Material for this exercise.
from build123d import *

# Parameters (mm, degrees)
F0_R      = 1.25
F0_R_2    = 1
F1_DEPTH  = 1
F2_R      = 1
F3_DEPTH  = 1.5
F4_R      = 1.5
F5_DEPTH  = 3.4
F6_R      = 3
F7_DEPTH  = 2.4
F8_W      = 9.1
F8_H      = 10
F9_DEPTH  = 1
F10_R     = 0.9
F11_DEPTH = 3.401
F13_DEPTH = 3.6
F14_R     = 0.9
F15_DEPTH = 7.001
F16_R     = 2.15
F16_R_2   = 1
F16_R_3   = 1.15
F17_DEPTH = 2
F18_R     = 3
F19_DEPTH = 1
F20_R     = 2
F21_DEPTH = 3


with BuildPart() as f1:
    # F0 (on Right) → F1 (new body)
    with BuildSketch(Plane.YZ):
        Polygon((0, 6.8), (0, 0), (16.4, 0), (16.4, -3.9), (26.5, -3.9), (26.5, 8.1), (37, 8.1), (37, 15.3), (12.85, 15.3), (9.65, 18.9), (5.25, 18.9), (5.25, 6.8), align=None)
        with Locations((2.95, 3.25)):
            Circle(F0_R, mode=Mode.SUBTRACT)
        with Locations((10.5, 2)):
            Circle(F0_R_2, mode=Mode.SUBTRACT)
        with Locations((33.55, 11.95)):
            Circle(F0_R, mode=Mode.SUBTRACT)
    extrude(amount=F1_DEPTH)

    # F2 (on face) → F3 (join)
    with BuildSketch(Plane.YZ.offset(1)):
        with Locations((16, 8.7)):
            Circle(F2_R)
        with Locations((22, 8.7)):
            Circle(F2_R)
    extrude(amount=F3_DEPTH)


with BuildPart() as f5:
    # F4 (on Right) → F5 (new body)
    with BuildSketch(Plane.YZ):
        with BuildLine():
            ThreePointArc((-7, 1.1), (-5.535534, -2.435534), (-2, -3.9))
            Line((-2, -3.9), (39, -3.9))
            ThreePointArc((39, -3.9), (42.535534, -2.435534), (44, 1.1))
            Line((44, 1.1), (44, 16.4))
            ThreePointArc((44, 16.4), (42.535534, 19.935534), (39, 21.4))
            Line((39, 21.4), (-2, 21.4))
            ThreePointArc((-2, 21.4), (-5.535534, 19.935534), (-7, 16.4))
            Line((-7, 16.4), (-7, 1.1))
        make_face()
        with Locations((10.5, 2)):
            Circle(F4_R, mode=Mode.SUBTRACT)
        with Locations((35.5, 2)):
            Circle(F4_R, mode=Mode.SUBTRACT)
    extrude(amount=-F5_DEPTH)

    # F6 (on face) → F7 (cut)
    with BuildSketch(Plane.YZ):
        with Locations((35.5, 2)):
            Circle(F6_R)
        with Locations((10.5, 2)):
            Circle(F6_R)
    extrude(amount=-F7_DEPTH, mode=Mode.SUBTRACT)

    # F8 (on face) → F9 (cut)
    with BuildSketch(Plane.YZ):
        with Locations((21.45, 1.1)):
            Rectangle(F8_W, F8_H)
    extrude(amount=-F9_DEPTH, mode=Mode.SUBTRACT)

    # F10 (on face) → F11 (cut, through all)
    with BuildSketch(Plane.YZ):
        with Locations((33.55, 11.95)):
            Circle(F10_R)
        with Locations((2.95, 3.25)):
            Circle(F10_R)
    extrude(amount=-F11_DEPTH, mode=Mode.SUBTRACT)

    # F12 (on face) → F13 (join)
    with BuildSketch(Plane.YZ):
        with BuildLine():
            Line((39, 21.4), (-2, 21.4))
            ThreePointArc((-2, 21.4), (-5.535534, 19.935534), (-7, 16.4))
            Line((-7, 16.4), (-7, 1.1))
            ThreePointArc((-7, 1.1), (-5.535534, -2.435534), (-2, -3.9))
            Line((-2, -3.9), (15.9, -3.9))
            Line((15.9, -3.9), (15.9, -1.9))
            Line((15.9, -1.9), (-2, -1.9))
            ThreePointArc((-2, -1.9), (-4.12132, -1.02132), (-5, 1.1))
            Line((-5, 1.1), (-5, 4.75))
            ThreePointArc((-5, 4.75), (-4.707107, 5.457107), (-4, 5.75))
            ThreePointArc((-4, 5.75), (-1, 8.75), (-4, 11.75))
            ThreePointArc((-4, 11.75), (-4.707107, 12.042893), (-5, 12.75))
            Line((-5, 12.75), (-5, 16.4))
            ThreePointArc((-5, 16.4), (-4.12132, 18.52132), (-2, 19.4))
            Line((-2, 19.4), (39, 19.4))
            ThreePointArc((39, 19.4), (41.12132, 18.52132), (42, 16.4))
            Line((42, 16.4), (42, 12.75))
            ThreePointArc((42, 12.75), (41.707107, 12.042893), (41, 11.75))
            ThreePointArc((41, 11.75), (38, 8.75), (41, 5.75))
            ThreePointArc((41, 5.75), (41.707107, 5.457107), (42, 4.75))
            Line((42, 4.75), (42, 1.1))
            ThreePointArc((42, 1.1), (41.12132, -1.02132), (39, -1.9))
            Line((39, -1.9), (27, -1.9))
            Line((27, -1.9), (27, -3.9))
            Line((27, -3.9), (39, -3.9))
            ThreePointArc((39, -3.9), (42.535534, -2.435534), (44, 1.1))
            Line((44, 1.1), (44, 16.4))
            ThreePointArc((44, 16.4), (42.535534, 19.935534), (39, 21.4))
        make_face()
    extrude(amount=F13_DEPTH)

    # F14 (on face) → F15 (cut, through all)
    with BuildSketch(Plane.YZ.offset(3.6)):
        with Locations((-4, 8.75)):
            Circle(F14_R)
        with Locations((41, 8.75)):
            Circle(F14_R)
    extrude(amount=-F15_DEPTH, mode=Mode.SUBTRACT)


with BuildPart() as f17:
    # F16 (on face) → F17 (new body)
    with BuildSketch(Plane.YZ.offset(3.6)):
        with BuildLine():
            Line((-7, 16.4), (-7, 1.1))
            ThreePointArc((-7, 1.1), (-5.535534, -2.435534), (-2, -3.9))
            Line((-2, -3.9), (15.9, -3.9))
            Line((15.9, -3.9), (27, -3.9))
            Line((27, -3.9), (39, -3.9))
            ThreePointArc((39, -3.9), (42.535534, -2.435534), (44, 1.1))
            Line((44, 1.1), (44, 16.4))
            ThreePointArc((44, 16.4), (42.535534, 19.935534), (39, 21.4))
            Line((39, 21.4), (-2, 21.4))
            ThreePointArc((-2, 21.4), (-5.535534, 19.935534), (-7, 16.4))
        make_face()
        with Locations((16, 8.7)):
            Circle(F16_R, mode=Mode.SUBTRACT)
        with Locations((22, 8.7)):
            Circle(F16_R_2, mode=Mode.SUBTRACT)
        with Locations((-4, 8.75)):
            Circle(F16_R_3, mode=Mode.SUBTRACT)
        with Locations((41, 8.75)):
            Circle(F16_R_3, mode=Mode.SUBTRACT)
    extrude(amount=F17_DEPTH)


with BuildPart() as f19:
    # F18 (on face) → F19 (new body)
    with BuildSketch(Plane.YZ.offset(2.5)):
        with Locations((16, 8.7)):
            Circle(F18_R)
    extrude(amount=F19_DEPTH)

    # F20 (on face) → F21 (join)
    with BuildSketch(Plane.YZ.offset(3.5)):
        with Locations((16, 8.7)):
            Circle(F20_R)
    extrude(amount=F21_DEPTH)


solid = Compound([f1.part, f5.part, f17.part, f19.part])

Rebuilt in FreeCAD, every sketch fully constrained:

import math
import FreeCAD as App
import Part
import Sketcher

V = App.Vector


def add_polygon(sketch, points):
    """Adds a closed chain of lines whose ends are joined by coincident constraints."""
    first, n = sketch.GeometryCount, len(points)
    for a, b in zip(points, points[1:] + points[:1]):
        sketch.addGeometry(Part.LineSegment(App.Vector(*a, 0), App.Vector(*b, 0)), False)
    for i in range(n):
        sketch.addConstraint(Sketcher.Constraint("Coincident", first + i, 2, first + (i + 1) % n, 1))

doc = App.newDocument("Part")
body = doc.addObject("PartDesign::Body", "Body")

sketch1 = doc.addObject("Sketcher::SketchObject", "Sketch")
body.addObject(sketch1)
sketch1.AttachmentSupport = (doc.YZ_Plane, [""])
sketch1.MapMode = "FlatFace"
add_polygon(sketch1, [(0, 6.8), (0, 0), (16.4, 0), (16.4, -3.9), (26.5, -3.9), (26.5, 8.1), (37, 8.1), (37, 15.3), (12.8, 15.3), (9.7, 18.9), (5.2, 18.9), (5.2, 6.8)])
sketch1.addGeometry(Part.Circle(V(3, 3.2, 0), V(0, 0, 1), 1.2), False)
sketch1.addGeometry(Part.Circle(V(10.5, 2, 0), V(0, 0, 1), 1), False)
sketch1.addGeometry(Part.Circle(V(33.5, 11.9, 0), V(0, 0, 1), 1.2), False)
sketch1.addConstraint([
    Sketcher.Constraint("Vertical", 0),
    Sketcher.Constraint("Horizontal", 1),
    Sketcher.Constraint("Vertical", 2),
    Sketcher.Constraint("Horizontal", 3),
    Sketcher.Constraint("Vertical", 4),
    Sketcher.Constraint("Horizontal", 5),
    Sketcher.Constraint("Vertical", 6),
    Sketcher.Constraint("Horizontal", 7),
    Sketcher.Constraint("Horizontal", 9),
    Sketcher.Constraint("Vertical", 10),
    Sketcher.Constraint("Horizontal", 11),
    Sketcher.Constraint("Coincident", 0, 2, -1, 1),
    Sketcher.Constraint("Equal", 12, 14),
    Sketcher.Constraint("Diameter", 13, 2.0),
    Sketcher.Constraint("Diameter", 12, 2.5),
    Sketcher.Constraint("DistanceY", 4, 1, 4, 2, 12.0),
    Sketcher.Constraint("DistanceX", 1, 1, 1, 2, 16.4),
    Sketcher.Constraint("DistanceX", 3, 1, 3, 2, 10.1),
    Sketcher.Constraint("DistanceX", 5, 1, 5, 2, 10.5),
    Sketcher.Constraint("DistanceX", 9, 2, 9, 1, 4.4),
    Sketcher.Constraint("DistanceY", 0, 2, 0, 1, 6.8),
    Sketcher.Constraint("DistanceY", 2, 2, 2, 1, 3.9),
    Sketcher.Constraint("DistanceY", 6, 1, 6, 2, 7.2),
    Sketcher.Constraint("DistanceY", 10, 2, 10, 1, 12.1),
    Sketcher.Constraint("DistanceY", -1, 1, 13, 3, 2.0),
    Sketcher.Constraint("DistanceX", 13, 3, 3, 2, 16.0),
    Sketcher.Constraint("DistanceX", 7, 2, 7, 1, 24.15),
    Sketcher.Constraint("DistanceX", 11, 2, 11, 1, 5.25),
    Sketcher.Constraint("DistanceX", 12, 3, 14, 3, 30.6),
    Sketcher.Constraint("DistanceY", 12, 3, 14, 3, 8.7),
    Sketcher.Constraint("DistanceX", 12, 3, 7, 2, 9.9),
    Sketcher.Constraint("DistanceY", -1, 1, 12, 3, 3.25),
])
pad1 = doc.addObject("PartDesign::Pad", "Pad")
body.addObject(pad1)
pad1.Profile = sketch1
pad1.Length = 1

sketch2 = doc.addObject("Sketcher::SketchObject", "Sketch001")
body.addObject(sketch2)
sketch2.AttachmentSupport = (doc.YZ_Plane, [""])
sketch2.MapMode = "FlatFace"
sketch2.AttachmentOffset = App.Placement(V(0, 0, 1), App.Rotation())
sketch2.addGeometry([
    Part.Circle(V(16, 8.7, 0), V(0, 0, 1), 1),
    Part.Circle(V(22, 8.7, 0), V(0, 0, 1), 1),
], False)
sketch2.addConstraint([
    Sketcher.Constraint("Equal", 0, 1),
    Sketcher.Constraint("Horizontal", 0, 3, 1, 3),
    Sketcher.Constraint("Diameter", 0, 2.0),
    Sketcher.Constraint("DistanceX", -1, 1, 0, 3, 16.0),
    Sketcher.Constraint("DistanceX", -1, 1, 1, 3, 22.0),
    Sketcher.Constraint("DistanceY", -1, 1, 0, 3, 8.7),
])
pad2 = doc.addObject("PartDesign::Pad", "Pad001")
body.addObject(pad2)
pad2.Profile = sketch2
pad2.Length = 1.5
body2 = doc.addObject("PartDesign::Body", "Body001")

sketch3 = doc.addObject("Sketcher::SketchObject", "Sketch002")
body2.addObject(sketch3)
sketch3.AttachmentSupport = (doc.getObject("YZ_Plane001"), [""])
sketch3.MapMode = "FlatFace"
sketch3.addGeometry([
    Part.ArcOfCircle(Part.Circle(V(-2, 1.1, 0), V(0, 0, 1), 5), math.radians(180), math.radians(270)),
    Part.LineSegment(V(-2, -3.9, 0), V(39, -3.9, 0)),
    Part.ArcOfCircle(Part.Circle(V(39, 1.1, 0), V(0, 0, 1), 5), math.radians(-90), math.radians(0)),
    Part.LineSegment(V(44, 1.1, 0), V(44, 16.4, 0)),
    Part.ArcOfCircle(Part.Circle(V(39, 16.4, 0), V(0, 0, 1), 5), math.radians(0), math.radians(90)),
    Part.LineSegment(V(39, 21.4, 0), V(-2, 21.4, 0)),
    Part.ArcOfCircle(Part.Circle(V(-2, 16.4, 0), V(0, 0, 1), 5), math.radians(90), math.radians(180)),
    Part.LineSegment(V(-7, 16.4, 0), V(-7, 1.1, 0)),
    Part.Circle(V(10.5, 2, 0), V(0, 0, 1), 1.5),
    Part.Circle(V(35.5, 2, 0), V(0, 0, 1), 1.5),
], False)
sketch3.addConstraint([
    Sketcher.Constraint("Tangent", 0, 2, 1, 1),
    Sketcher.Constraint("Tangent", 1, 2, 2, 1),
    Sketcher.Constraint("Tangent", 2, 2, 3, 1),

Exercise objective.
Every line above from the line with "# F4 (on Right) → F5 (new body)" to the line with "extrude(amount=-F5_DEPTH)", both included, must be reproduced exactly, and no other line may appear.

Solution to this problem.
    # F4 (on Right) → F5 (new body)
    with BuildSketch(Plane.YZ):
        with BuildLine():
            ThreePointArc((-7, 1.1), (-5.535534, -2.435534), (-2, -3.9))
            Line((-2, -3.9), (39, -3.9))
            ThreePointArc((39, -3.9), (42.535534, -2.435534), (44, 1.1))
            Line((44, 1.1), (44, 16.4))
            ThreePointArc((44, 16.4), (42.535534, 19.935534), (39, 21.4))
            Line((39, 21.4), (-2, 21.4))
            ThreePointArc((-2, 21.4), (-5.535534, 19.935534), (-7, 16.4))
            Line((-7, 16.4), (-7, 1.1))
        make_face()
        with Locations((10.5, 2)):
            Circle(F4_R, mode=Mode.SUBTRACT)
        with Locations((35.5, 2)):
            Circle(F4_R, mode=Mode.SUBTRACT)
    extrude(amount=-F5_DEPTH)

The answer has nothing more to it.